Producer of Vegetable Oils and Fats

AAK AB, formerly AarhusKarlshamn, is a global Sweden-based company and producer of vegetable oils and fats.

== History ==
The company, formerly known as AarhusKarlshamn, was founded in 2005 through the merger of Karlshamns AB (founded 1918 in Karlshamn, Sweden) and Aarhus United A/S (founded 1871 in Aarhus, Denmark).

== Company ==
The company has been listed, as the current legal entity, on the Stockholm Stock Exchange (OMX) since 2005 and had a total market cap of about 50,2 billion SEK, as of April 30, 2021. As of December 31, 2021, the group had a total turnover of 35,452 million SEK, an operating profit of 2,393 million SEK, and 4,013 employees globally.

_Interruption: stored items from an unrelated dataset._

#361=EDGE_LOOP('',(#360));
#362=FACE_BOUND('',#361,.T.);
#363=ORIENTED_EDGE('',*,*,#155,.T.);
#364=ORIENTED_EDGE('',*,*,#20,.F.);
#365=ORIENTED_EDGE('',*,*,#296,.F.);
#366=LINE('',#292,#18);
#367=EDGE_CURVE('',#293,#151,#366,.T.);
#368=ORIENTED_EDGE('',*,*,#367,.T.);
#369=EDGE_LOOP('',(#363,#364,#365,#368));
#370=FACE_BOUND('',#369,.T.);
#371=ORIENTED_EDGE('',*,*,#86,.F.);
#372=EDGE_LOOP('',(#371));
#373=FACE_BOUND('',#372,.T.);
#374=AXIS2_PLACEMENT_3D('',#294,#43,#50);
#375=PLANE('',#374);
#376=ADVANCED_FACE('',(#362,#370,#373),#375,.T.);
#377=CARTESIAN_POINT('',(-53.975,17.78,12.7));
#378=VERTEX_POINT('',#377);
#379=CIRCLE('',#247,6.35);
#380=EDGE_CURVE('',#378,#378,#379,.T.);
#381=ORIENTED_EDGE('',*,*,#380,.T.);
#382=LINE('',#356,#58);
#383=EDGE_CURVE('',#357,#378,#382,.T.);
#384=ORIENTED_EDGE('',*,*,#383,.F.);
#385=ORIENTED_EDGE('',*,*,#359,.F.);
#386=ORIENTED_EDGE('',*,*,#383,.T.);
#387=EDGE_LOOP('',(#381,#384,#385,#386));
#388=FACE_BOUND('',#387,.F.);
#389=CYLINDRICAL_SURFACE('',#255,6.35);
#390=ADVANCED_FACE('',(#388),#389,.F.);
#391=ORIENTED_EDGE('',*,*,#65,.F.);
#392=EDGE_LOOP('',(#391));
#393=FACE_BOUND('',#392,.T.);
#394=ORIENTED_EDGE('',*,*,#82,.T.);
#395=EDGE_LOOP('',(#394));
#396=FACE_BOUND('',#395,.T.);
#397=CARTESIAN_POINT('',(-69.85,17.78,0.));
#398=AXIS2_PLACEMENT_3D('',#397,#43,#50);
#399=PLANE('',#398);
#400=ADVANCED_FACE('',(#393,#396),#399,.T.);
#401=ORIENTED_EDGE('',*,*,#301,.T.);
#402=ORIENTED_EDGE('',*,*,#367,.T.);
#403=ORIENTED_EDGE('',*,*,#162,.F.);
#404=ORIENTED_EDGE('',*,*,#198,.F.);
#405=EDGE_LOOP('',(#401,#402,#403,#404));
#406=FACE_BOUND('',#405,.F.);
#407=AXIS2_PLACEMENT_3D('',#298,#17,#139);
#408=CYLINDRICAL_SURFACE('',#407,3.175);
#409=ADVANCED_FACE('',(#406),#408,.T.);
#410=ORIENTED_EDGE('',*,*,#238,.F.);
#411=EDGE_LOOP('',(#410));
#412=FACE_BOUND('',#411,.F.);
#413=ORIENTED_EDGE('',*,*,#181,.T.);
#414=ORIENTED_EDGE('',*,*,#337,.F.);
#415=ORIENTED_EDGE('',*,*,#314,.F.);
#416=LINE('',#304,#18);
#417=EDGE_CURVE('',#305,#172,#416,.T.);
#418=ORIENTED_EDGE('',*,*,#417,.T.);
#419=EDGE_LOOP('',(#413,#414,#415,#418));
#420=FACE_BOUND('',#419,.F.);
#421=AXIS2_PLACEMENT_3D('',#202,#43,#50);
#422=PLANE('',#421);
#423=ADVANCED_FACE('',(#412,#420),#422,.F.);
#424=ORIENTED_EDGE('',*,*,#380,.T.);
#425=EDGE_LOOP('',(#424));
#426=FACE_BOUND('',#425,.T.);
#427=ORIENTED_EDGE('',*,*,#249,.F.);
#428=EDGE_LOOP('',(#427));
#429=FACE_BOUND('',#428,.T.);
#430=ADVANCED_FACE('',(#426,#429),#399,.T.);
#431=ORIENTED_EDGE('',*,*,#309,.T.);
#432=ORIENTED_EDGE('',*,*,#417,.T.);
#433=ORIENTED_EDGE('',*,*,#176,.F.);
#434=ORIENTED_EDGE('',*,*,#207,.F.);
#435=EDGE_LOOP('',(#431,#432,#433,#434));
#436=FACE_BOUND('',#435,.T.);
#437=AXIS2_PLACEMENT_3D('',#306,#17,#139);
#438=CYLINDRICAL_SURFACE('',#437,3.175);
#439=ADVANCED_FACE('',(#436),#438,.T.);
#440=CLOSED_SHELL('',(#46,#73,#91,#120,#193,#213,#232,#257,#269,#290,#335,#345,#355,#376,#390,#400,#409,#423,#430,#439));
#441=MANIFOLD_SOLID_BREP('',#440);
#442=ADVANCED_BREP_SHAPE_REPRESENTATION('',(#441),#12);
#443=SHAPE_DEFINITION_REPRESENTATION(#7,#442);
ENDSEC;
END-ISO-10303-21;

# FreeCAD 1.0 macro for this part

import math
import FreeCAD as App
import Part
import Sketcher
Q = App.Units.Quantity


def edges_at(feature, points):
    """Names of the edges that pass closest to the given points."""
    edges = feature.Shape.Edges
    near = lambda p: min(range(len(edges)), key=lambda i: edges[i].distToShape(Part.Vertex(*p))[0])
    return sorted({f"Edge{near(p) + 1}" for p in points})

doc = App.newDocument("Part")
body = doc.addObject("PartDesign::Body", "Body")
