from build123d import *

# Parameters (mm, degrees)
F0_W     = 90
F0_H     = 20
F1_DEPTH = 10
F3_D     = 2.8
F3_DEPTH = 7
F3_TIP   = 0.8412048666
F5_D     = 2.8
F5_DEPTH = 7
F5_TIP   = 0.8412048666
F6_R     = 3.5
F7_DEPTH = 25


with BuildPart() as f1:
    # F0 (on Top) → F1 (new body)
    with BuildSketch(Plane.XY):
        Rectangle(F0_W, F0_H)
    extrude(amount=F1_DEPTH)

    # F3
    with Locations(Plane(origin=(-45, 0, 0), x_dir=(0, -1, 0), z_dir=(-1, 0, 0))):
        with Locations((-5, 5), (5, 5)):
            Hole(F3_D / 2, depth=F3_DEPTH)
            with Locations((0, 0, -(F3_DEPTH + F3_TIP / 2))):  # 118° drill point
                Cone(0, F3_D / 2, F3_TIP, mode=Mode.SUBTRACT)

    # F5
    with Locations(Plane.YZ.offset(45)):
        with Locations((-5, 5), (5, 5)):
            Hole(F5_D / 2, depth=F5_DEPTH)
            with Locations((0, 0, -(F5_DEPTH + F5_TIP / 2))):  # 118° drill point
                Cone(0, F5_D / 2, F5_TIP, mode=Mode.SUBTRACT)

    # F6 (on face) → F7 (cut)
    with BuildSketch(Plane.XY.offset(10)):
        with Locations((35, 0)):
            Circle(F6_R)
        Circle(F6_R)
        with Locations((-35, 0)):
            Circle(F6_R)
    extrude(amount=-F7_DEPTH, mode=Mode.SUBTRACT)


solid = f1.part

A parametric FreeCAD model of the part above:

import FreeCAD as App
import Part
import Sketcher


def add_polygon(sketch, points):
    """Adds a closed chain of lines whose ends are joined by coincident constraints."""
    first, n = sketch.GeometryCount, len(points)
    for a, b in zip(points, points[1:] + points[:1]):
        sketch.addGeometry(Part.LineSegment(App.Vector(*a, 0), App.Vector(*b, 0)), False)
    for i in range(n):
        sketch.addConstraint(Sketcher.Constraint("Coincident", first + i, 2, first + (i + 1) % n, 1))

doc = App.newDocument("Part")
body = doc.addObject("PartDesign::Body", "Body")

sketch1 = body.newObject("Sketcher::SketchObject", "Sketch")
sketch1.AttachmentSupport = (doc.getObject("XY_Plane"), [""])
sketch1.MapMode = "FlatFace"
add_polygon(sketch1, [(-45, 10), (-45, -10), (45, -10), (45, 10)])
sketch1.addConstraint(Sketcher.Constraint("Vertical", 0))
sketch1.addConstraint(Sketcher.Constraint("Horizontal", 1))
sketch1.addConstraint(Sketcher.Constraint("Vertical", 2))
sketch1.addConstraint(Sketcher.Constraint("Horizontal", 3))
sketch1.addConstraint(Sketcher.Constraint("Symmetric", 0, 2, 2, 2, -1, 1))
sketch1.addConstraint(Sketcher.Constraint("DistanceX", 1, 1, 1, 2, 90.0))
sketch1.addConstraint(Sketcher.Constraint("DistanceY", 0, 2, 0, 1, 20.0))
pad1 = body.newObject("PartDesign::Pad", "Pad")
pad1.Profile = sketch1
pad1.Length = 10

sketch2 = body.newObject("Sketcher::SketchObject", "Sketch001")
sketch2.AttachmentSupport = (doc.getObject("YZ_Plane"), [""])
sketch2.MapMode = "FlatFace"
sketch2.AttachmentOffset = App.Placement(App.Vector(0, 0, -45), App.Rotation())
sketch2.addGeometry(Part.Circle(App.Vector(5, 5, 0), App.Vector(0, 0, 1), 1.4), False)
sketch2.addGeometry(Part.Circle(App.Vector(-5, 5, 0), App.Vector(0, 0, 1), 1.4), False)
sketch2.addConstraint(Sketcher.Constraint("Equal", 0, 1))
sketch2.addConstraint(Sketcher.Constraint("Symmetric", 0, 3, 1, 3, -2))
sketch2.addConstraint(Sketcher.Constraint("Diameter", 0, 2.8))
sketch2.addConstraint(Sketcher.Constraint("DistanceX", -1, 1, 0, 3, 5.0))
sketch2.addConstraint(Sketcher.Constraint("DistanceY", -1, 1, 0, 3, 5.0))
doc.recompute()
hole = body.newObject("PartDesign::Hole", "Hole")
hole.Profile = sketch2
hole.ThreadType = "None"
hole.Diameter = 2.8
hole.DepthType = "Dimension"
hole.Depth = 7
hole.DrillPoint = "Angled"
hole.DrillPointAngle = 118
hole.Reversed = True

sketch3 = body.newObject("Sketcher::SketchObject", "Sketch002")
sketch3.AttachmentSupport = (doc.getObject("YZ_Plane"), [""])
sketch3.MapMode = "FlatFace"
sketch3.AttachmentOffset = App.Placement(App.Vector(0, 0, 45), App.Rotation())
sketch3.addGeometry(Part.Circle(App.Vector(-5, 5, 0), App.Vector(0, 0, 1), 1.4), False)
sketch3.addGeometry(Part.Circle(App.Vector(5, 5, 0), App.Vector(0, 0, 1), 1.4), False)
sketch3.addConstraint(Sketcher.Constraint("Equal", 0, 1))
sketch3.addConstraint(Sketcher.Constraint("Symmetric", 0, 3, 1, 3, -2))
sketch3.addConstraint(Sketcher.Constraint("Diameter", 0, 2.8))
sketch3.addConstraint(Sketcher.Constraint("DistanceX", 0, 3, -1, 1, 5.0))
sketch3.addConstraint(Sketcher.Constraint("DistanceY", -1, 1, 0, 3, 5.0))
doc.recompute()
hole2 = body.newObject("PartDesign::Hole", "Hole001")
hole2.Profile = sketch3
hole2.ThreadType = "None"
hole2.Diameter = 2.8
hole2.DepthType = "Dimension"
hole2.Depth = 7
hole2.DrillPoint = "Angled"
hole2.DrillPointAngle = 118

sketch4 = body.newObject("Sketcher::SketchObject", "Sketch003")
sketch4.AttachmentSupport = (doc.getObject("XY_Plane"), [""])
sketch4.MapMode = "FlatFace"
sketch4.AttachmentOffset = App.Placement(App.Vector(0, 0, 10), App.Rotation())
sketch4.addGeometry(Part.Circle(App.Vector(35, 0, 0), App.Vector(0, 0, 1), 3.5), False)
sketch4.addGeometry(Part.Circle(App.Vector(0, 0, 0), App.Vector(0, 0, 1), 3.5), False)
sketch4.addGeometry(Part.Circle(App.Vector(-35, 0, 0), App.Vector(0, 0, 1), 3.5), False)
sketch4.addConstraint(Sketcher.Constraint("Coincident", 1, 3, -1, 1))
sketch4.addConstraint(Sketcher.Constraint("Equal", 0, 1))
sketch4.addConstraint(Sketcher.Constraint("Equal", 1, 2))
sketch4.addConstraint(Sketcher.Constraint("Symmetric", 0, 3, 2, 3, -1, 1))
sketch4.addConstraint(Sketcher.Constraint("PointOnObject", 0, 3, -1))
sketch4.addConstraint(Sketcher.Constraint("Diameter", 0, 7.0))
sketch4.addConstraint(Sketcher.Constraint("DistanceX", -1, 1, 0, 3, 35.0))
pocket1 = body.newObject("PartDesign::Pocket", "Pocket")
pocket1.Profile = sketch4
pocket1.Length = 25

doc.recompute()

=== Production facilities ===
The group has production facilities in numerous countries with its main production units situated in:

- Runcorn, United Kingdom
- Villavicencio, Colombia
- Louisville, United States
- Jundiaí, Brazil
- Zhangjiagang, China
- Richmond (CA), United States
- Khopoli, India
- Aarhus, Denmark
- UK Hull, United Kingdom
- Karlshamn, Sweden
- Montevideo, Uruguay
- Morelia, Mexico
- US Newark (NJ), United States
- Zaandijk, The Netherlands
- Merksem, Belgium
- Dalby, Sweden
- Hillside (NJ), United States
- Rotterdam, The Netherlands
- St Leonards-on-Sea, United Kingdom

== Products ==
The company's products are used in a wide variety of applications in the food, confectionery, pharmaceutical, cosmetic, chemical and animal feed industries.

== Awards and recognitions ==
In 2021, AAK was named world's second top specialty oil company by the Chinese food media FoodTalks.